This document briefly explains why target mean value minimizes MSE error and why target median minimizes MAE.
Suppose we have a dataset $$ \{(x_i,y_i)\}_{i=1}^N $$
Basically, we are given pairs: features $x_i$ and corresponding target value $y_i \in \mathbb{R}$.
We will denote vector of targets as $y \in \mathbb{R}^N$, such that $y_i$ is target for object $x_i$. Similarly, $\hat y \in \mathbb{R}$ denotes predictions for the objects: $\hat y_i$ for object $x_i$.
Let's start with MSE loss. It is defined as follows:
$$ MSE(y, \hat y) = \frac{1}{N} \sum_{i=1}^N (\hat y_i - y_i)^2 $$Now, the question is: if predictions for all the objects were the same and equal to $\alpha$: $\hat y_i = \alpha$, what value of $\alpha$ would minimize MSE error?
$$ \min_{\alpha} f(\alpha) = \frac{1}{N} \sum_{i=1}^N (\alpha - y_i)^2 $$The function $f(\alpha)$, that we want to minimize is smooth with respect to $\alpha$. A required condition for $\alpha^*$ to be a local optima is $$ \frac{d f}{d \alpha}\bigg|_{\alpha=\alpha^*} = 0\, . $$
Let's find the points, that satisfy the condition:
$$ \frac{d f}{d \alpha}\bigg|_{\alpha=\alpha^*} = \frac{2}{N} \sum_{i=1}^N (\alpha^* - y_i) = 0 $$$$ \frac{2}{N} \sum_{i=1}^N \alpha^* - \frac{2}{N} \sum_{i=1}^N y_i = 0 $$$$ \alpha^* - \frac{1}{N} \sum_{i=1}^N y_i = 0 $$And finally: $$ \alpha^* = \frac{1}{N} \sum_{i=1}^N y_i $$
Since second derivative $\frac{d^2 f}{d \alpha^2}$ is positive at point $\alpha^*$, then what we found is local minima.
So, that is how it is possible to find, that optial constan for MSE metric is target mean value.
Similarly to the way we found optimal constant for MSE loss, we can find it for MAE.
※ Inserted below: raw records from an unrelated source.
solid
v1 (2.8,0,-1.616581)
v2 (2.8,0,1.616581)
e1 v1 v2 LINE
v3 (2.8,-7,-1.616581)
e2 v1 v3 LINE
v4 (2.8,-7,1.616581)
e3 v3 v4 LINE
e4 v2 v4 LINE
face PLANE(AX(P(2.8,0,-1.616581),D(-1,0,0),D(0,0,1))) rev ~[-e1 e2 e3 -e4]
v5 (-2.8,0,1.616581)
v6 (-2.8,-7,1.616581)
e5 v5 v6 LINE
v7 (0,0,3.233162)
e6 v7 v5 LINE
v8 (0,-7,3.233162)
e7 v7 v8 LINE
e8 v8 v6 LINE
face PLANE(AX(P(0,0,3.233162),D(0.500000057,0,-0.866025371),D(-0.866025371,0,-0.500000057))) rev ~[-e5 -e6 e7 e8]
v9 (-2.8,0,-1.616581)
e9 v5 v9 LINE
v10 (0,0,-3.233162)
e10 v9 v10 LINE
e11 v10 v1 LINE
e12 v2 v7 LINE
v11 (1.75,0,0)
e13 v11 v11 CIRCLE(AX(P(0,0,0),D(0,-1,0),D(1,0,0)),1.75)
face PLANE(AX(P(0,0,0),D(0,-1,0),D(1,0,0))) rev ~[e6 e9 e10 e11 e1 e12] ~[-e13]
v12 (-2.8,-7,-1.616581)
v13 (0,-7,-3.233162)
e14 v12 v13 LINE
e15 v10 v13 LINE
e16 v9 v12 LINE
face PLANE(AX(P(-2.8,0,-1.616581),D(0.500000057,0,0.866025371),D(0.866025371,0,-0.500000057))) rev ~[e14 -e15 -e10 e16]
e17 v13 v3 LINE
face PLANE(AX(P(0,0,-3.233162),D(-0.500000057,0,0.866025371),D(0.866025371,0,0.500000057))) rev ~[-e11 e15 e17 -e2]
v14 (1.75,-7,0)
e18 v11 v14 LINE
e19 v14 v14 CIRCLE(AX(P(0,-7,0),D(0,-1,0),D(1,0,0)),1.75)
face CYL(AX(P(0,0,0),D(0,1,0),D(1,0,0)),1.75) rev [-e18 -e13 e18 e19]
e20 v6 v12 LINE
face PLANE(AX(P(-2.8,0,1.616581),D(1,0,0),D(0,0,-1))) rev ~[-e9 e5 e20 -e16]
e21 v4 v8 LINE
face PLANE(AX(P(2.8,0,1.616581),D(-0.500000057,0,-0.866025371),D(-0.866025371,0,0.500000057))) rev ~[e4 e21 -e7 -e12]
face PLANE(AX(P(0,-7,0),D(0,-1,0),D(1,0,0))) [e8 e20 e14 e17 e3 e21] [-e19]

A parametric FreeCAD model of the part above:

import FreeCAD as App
import Part
import Sketcher
Q = App.Units.Quantity

doc = App.newDocument("Part")
params = doc.addObject("Spreadsheet::Sheet", "Params")
for row, (alias, value) in enumerate([
    ("sketch1_diameter", "3.5 mm"),
    ("pad1_length", "7 mm"),
], start=1):
    params.set(f"A{row}", alias)
    params.set(f"B{row}", "=" + value)
    params.setAlias(f"B{row}", alias)

body = doc.addObject("PartDesign::Body", "Body")

sketch1 = body.newObject("Sketcher::SketchObject", "Sketch")
sketch1.AttachmentSupport = (doc.getObject("XZ_Plane"), [""])
sketch1.MapMode = "FlatFace"
sketch1.addGeometry([
    Part.LineSegment(App.Vector(2.8, 1.616581, 0), App.Vector(0, 3.233162, 0)),
    Part.LineSegment(App.Vector(0, 3.233162, 0), App.Vector(-2.8, 1.616581, 0)),
    Part.LineSegment(App.Vector(-2.8, 1.616581, 0), App.Vector(-2.8, -1.616581, 0)),
    Part.LineSegment(App.Vector(-2.8, -1.616581, 0), App.Vector(0, -3.233162, 0)),
    Part.LineSegment(App.Vector(0, -3.233162, 0), App.Vector(2.8, -1.616581, 0)),
    Part.LineSegment(App.Vector(2.8, -1.616581, 0), App.Vector(2.8, 1.616581, 0)),
    Part.Circle(App.Vector(0, 0, 0), App.Vector(0, 0, 1), 1.75),
], False)
sketch1.addConstraint([
    Sketcher.Constraint("Coincident", 0, 2, 1, 1),
    Sketcher.Constraint("Coincident", 1, 2, 2, 1),
    Sketcher.Constraint("Coincident", 2, 2, 3, 1),
    Sketcher.Constraint("Coincident", 3, 2, 4, 1),
    Sketcher.Constraint("Coincident", 4, 2, 5, 1),
    Sketcher.Constraint("Coincident", 5, 2, 0, 1),
    Sketcher.Constraint("Vertical", 2),
    Sketcher.Constraint("Vertical", 5),
    Sketcher.Constraint("Coincident", 6, 3, -1, 1),
    Sketcher.Constraint("Symmetric", 0, 2, 3, 2, -1, 1),
    Sketcher.Constraint("Symmetric", 1, 2, 4, 2, -1, 1),
    Sketcher.Constraint("PointOnObject", 0, 2, -2),
    Sketcher.Constraint("Parallel", 0, 3),
    Sketcher.Constraint("Horizontal", 2, 2, 4, 2),
    Sketcher.Constraint("Diameter", 6, 3.5),
    Sketcher.Constraint("Angle", 0, Q("149.999996 deg")),
    Sketcher.Constraint("DistanceX", 1, 2, -1, 1, 2.8),
    Sketcher.Constraint("DistanceY", 2, 2, 2, 1, 3.233162),
])
sketch1.setExpression("Constraints[14]", "Params.sketch1_diameter")
pad1 = body.newObject("PartDesign::Pad", "Pad")
pad1.Profile = sketch1
pad1.setExpression("Length", "Params.pad1_length")

doc.recompute()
Recall that $ \frac{\partial |x|}{dx} = sign(x)$, where $sign$ stands for signum function . Thus
$$ \frac{d f}{d \alpha}\bigg|_{\alpha=\alpha^*} = \frac{1}{N} \sum_{i=1}^N sign(\alpha^* - y_i) = 0 $$So we need to find such $\alpha^*$ that
$$ g(\alpha^*) = \sum_{i=1}^N sign(\alpha^* - y_i) = 0 $$Note that $g(\alpha^*)$ is piecewise-constant non-decreasing function. $g(\alpha^*)=-1$ for all calues of $\alpha$ less then mimimum $y_i$ and $g(\alpha^*)=1$ for $\alpha > \max_i y_i$. The function "jumps" by $\frac{2}{N}$ at every point $y_i$. Here is an example, how this function looks like for $y = [-0.5, 0, 1, 3, 3.4]$:
Basically there are $N$ jumps of the same size, starting from $-1$ and ending at $1$. It is clear, that you need to do about $\frac{N}{2}$ jumps to hit zero. And that happens exactly at median value of the target vector $g(median(y))=0$. We should be careful and separate two cases: when there are even number of points and odd, but the intuition remains the same.